I finally decided to make a custom bike since the price to restore it was ridiculous. I also collect Batman TV stuff, so The Batbike seemed like a natural course. It resembles the Batmobile from the TV show. I still feel a little weird doing this to the bike, but I like the way it turned out. It's fun to ride.
Let me know what you think.

Kevin

Here is a link to some pics of the build: http://s1112.photobucket.com/user/Whoa_Wait_What/library/Batbike Build?sort=2&page=1


----------



## bikecrazy

I love that thing! Super shop!


----------



## whoawaitwhat

bikecrazy said:


> I love that thing! Super shop!




Thanks!!


----------



## bricycle

Dinette set is Kool!


----------



## pedal_junky

Looks good. And, it's okay to feel weird sometimes!


----------



## the tinker

Nice clean job. I don't care if it's a 30's Schwinn Motor Bike or 60's American, if it's a beater making a custom or a ratrod out of it bothers me not one bit. As long as the frame is not altered no one should care. Some one else down the line can always bring it back to original if they wish. In the case of your American there are plenty to go around. This is what keeps our hobby interesting . Nice workshop[ or is it "Bat Cave"] you got there Kevin!


----------



## abe lugo

a nice tasteful custom, great job, I can see a kid have a custom like that because they liked the show in 1966


----------



## videoranger

Very cool. I like the tapered pin stripes.


----------



## lgibster

videoranger said:


> Very cool. I like the tapered pin stripes.

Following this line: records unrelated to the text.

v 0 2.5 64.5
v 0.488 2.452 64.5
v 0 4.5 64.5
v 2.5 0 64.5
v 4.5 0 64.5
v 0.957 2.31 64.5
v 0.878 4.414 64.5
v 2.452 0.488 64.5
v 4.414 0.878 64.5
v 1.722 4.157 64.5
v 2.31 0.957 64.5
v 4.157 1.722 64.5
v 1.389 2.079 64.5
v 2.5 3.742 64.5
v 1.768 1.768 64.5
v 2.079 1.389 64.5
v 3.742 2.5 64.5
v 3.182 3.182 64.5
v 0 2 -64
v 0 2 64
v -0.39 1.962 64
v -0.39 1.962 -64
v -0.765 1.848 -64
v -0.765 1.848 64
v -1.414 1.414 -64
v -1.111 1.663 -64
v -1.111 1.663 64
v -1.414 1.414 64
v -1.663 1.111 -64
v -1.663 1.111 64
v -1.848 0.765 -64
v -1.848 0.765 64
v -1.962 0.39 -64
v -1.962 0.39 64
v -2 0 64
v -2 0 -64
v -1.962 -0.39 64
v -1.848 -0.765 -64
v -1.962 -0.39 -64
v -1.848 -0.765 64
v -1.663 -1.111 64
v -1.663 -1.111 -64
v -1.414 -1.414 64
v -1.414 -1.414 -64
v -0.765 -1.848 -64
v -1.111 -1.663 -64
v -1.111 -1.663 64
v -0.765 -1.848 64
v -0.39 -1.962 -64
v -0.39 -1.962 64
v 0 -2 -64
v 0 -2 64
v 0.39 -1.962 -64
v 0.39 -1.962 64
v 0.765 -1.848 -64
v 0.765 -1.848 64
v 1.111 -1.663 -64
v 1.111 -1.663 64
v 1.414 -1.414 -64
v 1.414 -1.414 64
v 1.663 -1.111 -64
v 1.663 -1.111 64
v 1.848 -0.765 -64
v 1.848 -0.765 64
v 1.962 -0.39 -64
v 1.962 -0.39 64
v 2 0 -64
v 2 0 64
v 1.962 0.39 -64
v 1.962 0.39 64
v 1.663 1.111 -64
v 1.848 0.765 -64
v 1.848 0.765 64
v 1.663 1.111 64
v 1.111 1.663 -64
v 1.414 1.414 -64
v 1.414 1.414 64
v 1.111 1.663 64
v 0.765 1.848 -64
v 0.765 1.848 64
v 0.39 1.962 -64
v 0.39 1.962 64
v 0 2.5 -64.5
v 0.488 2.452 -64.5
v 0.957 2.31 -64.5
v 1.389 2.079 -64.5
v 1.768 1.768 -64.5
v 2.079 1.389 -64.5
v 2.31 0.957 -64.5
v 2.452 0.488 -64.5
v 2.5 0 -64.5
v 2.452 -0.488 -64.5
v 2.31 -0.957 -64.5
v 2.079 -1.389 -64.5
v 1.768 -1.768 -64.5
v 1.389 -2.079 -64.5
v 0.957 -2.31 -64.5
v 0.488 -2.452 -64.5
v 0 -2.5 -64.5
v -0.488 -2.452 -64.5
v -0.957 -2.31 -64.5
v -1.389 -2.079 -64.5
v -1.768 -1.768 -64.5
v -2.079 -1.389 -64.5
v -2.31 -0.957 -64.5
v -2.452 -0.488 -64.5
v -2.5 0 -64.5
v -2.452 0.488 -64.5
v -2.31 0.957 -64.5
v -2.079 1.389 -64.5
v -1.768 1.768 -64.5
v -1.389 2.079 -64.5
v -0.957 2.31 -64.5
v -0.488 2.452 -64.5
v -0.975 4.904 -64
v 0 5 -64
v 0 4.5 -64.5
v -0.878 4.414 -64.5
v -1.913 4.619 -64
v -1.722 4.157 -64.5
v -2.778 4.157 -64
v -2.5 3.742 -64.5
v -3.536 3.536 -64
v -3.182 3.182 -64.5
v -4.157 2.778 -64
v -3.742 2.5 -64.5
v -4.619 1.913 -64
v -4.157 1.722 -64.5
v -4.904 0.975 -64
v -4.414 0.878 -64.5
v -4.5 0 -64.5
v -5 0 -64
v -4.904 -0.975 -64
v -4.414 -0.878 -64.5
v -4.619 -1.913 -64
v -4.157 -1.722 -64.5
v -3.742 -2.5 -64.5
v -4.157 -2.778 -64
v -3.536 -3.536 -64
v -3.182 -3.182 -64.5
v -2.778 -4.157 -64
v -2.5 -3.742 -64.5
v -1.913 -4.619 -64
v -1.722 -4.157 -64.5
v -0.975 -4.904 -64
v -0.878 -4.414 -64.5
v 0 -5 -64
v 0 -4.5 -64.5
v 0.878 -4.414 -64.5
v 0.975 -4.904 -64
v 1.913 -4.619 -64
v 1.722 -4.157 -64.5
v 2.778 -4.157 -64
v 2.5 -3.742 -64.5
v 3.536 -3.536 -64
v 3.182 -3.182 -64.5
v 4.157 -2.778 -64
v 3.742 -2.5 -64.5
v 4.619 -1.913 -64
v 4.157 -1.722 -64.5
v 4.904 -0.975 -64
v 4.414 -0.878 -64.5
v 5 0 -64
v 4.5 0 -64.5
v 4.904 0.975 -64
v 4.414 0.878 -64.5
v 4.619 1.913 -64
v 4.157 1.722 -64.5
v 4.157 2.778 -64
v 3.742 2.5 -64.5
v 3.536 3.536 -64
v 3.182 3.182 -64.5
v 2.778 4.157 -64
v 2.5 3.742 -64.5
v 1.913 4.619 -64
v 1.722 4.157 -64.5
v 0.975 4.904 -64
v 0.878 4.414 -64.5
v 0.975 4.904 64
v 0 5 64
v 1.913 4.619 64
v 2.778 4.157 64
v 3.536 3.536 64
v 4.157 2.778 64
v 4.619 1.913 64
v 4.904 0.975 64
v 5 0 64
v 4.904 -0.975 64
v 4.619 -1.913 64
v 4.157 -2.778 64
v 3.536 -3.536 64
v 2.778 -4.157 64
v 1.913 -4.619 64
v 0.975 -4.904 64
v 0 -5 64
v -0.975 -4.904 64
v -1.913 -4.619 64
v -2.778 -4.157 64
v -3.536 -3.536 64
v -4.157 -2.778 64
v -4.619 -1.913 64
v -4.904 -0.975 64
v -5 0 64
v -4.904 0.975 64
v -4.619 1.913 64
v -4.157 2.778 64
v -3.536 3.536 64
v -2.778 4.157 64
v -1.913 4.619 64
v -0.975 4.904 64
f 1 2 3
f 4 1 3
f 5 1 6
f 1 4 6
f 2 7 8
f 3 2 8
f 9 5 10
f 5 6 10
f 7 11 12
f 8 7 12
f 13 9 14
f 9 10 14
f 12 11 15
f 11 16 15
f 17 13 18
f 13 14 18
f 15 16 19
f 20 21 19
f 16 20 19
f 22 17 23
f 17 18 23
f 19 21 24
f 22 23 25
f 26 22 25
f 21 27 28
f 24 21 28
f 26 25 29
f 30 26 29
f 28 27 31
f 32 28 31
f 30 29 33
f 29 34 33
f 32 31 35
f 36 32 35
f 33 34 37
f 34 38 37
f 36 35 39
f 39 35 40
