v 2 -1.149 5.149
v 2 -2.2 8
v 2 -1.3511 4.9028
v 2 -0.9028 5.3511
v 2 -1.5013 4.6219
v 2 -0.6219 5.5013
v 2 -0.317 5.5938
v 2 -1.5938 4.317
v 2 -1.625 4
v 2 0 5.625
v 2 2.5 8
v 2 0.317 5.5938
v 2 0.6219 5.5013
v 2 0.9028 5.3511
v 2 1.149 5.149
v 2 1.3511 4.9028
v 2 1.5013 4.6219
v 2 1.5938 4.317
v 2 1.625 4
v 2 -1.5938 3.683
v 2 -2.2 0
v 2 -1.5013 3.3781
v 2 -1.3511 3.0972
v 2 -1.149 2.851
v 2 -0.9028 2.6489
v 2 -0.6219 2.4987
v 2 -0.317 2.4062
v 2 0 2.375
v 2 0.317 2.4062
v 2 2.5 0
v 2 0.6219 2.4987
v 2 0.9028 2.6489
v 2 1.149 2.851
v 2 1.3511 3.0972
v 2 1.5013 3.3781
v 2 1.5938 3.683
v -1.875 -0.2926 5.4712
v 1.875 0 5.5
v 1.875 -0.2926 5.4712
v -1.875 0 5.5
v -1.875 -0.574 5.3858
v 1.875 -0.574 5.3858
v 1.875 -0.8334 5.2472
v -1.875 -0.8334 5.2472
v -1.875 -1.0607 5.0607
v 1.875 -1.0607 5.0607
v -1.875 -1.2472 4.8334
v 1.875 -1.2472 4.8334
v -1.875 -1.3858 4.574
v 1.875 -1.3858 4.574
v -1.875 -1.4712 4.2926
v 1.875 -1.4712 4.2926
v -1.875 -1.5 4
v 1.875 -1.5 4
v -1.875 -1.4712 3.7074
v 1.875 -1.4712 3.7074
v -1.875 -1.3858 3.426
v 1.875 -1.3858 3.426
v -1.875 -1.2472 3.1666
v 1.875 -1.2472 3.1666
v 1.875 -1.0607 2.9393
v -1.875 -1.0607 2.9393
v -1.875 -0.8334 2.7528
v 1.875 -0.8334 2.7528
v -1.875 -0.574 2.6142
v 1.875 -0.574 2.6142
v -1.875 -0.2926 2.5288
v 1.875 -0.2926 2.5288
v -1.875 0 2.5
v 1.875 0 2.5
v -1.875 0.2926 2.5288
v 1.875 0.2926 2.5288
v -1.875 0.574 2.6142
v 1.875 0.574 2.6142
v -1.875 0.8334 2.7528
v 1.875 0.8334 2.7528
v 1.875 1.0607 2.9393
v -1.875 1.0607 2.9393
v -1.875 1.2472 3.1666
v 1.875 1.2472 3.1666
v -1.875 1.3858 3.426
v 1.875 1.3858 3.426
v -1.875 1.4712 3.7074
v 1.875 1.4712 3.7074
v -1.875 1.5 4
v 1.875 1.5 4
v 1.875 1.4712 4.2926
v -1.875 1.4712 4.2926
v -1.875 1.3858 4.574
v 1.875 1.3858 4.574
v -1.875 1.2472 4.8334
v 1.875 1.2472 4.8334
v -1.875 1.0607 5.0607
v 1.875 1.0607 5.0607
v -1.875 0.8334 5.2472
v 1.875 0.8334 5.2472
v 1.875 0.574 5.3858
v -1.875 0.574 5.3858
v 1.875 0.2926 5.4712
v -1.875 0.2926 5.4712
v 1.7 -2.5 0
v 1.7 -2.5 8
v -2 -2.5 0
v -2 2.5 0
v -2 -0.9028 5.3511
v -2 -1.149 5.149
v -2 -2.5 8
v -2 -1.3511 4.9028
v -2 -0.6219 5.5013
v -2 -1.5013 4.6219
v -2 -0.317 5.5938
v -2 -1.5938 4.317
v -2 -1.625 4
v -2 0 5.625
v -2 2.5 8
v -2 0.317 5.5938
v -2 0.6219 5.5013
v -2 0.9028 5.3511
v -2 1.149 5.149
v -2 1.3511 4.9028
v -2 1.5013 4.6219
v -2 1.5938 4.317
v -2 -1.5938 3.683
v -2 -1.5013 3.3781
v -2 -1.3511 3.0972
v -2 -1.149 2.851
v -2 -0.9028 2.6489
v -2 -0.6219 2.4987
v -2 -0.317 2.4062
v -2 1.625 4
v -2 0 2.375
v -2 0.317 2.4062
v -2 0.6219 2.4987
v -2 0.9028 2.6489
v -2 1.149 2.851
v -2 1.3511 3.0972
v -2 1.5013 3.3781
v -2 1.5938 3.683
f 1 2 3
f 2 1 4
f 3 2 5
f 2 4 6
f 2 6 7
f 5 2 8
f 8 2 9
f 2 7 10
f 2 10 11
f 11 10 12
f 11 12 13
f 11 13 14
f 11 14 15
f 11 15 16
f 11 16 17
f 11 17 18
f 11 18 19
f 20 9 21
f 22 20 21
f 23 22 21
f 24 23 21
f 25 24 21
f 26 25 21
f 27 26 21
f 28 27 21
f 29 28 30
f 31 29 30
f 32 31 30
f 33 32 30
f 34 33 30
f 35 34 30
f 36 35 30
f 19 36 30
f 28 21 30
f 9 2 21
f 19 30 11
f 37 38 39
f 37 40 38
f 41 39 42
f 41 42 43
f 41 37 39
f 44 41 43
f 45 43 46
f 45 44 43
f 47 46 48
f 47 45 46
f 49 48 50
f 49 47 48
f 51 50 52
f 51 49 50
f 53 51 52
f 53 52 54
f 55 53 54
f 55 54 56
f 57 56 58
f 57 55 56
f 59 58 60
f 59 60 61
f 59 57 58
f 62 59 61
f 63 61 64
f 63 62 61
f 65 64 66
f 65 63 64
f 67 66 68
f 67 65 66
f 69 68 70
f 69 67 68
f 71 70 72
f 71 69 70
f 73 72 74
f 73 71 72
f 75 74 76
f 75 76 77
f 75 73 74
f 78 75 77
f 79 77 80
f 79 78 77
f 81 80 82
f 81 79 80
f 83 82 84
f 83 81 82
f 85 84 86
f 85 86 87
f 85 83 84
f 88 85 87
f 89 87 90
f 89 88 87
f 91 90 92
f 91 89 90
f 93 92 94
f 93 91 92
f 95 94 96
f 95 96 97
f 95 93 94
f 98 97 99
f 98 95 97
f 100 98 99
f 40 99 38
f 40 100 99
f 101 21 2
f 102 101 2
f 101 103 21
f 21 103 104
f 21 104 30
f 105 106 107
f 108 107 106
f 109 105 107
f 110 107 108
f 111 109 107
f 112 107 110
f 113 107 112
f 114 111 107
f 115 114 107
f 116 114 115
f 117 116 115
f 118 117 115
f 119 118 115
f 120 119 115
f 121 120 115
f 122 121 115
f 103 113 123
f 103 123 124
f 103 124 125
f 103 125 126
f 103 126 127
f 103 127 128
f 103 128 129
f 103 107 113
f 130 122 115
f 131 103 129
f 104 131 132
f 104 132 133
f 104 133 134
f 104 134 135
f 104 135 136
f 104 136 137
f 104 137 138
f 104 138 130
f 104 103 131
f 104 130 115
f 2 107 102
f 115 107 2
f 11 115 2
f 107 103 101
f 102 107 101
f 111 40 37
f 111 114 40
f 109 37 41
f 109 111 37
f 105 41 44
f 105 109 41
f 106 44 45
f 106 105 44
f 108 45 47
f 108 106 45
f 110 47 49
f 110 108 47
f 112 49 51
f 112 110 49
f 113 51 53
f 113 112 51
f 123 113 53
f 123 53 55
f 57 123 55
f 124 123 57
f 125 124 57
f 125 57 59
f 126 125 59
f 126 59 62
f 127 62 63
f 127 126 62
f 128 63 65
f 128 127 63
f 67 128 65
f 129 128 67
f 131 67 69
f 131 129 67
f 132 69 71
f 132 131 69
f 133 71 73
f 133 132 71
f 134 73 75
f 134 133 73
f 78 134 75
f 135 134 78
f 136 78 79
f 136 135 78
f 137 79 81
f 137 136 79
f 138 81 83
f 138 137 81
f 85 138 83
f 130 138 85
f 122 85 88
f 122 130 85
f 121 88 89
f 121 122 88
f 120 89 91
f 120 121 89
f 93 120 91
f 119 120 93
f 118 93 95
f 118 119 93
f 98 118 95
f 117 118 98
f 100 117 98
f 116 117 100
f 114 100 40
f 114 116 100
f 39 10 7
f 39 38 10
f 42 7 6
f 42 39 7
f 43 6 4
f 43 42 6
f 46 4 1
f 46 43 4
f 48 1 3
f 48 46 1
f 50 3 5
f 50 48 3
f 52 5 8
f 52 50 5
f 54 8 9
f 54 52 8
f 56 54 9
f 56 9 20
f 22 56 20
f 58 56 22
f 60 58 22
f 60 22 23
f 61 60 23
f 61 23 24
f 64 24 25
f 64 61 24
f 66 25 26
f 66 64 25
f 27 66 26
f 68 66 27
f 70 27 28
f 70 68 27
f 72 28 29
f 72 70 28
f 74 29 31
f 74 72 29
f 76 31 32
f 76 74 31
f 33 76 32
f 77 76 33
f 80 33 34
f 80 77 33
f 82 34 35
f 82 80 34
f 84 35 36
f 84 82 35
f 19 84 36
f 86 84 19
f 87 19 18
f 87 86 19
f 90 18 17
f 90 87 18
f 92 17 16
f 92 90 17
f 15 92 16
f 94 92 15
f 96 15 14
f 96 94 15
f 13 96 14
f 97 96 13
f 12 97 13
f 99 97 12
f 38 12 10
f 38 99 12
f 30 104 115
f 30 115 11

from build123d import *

# Parameters (mm, degrees)
SKETCH_1_W      = 4
SKETCH_1_H      = 5
EXTRUDE_1_DEPTH = 8
CHAMFER_1_SIZE  = 0.3


with BuildPart() as part:
    # Эскиз1 → Бобышка-Вытянуть1 (new body)
    with BuildSketch(Plane.XY):
        Rectangle(SKETCH_1_W, SKETCH_1_H)
    extrude(amount=EXTRUDE_1_DEPTH)

    # Эскиз2 → Отверстие обработанное метчиком M31 (revolve, cut)
    with BuildSketch(Plane(origin=(-2, 0, 4), x_dir=(0, 0, 1), z_dir=(0, 1, 0))):
        Polygon((0, 0), (0, 4), (1.625, 4), (1.5, 3.875), (1.5, 0.125), (1.625, 0), align=None)
    revolve(axis=Axis((-8.35, 0, 4), (1, 0, 0)), mode=Mode.SUBTRACT)

    # Фаска1
    chamfer_1_edges = [part.edges().sort_by_distance(p)[0] for p in [
        (2, -2.5, 4),
    ]]
    chamfer(chamfer_1_edges, length=CHAMFER_1_SIZE)


solid = part.part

Love the pinstripes!!  Nothing wrong with taking a beater and making a really nice bike like you did.  It is always better than the junk yard or scrap heap.  I would rather see a nice custom rider than that tank and frame on top of a scrap heap.  Great looking bike.  My husband loves Batman and said "WOW now that is a cool old bike".


----------



## Duchess

I actually hated the 60's Batman show, but this bike looks awesome!


----------



## COB

Really nice job!


----------



## OldSkipTooth

Sweet ride...to the cave...


----------



## tech549

nice claen looking ride,well done.i see you have some little helpers to keep you company!!!


----------



## whizzer_motorbike_fan

Very cool!


----------



## TheDXjedi

Holy moley batman.... Thats a cool bike


----------



## vincev

I like.


----------



## Tikibar

Super job!
Which wheels are those? The spoke pattern is amazing.


----------



## whoawaitwhat

Thanks, the wheels are 144 spoke, fan pattern wheels. They kind of resemble the 1966 Batmobile mag wheels. I made some hubcaps with bats on them that make them look a little more like Batmobile wheels.. I will post pictures later.


----------



## Rich404

Very cool bike! Nicely done!

-Rich.


----------